ABOUT THIS TASK:
From the entries below, return only the lines starting at the one that contains "# Sweep1: sweep along a path in Sketch1" and ending at the one that contains "Rebuilt in FreeCAD, every", exactly as they stand.

DATA EXCERPTS:
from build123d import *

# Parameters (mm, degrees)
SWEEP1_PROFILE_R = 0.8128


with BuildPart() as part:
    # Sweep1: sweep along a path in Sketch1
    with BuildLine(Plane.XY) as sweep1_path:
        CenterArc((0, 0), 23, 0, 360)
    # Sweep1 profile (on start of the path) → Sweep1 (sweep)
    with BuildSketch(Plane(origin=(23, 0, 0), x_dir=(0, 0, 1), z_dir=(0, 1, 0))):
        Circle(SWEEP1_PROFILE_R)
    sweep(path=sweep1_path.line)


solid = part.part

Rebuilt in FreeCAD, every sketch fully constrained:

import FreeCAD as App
import Part
import Sketcher
from FreeCAD import Vector

doc = App.newDocument("Part")
body = doc.addObject("PartDesign::Body", "Body")

# Sketch on XZ plane
sketch1 = doc.addObject("Sketcher::SketchObject", "Sketch")
body.addObject(sketch1)
sketch1.AttachmentSupport = (doc.XZ_Plane, [""])
sketch1.MapMode = "FlatFace"
sketch1.addGeometry(Part.Circle(Vector(23, 0, 0), Vector(0, 0, 1), 0.8), False)
sketch1.addConstraint([
    Sketcher.Constraint("PointOnObject", 0, 3, -1),
    Sketcher.Constraint("DistanceX", -1, 1, 0, 3, 23.0),
    Sketcher.Constraint("Diameter", 0, 1.6256),
])

# Sketch on XY plane
sketch2 = doc.addObject("Sketcher::SketchObject", "Sketch001")
body.addObject(sketch2)
sketch2.AttachmentSupport = (doc.XY_Plane, [""])
sketch2.MapMode = "FlatFace"
sketch2.addGeometry(Part.Circle(Vector(0, 0, 0), Vector(0, 0, 1), 23), False)
sketch2.addConstraint([
    Sketcher.Constraint("Coincident", 0, 3, -1, 1),
    Sketcher.Constraint("Diameter", 0, 46.0),
])
doc.recompute()

additivepipe = doc.addObject("PartDesign::AdditivePipe", "AdditivePipe")
body.addObject(additivepipe)
additivepipe.Profile = sketch1
additivepipe.Spine = (sketch2, ["Edge1"])

doc.recompute()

SOLUTION FOR THIS TASK:
    # Sweep1: sweep along a path in Sketch1
    with BuildLine(Plane.XY) as sweep1_path:
        CenterArc((0, 0), 23, 0, 360)
    # Sweep1 profile (on start of the path) → Sweep1 (sweep)
    with BuildSketch(Plane(origin=(23, 0, 0), x_dir=(0, 0, 1), z_dir=(0, 1, 0))):
        Circle(SWEEP1_PROFILE_R)
    sweep(path=sweep1_path.line)


solid = part.part

Rebuilt in FreeCAD, every sketch fully constrained:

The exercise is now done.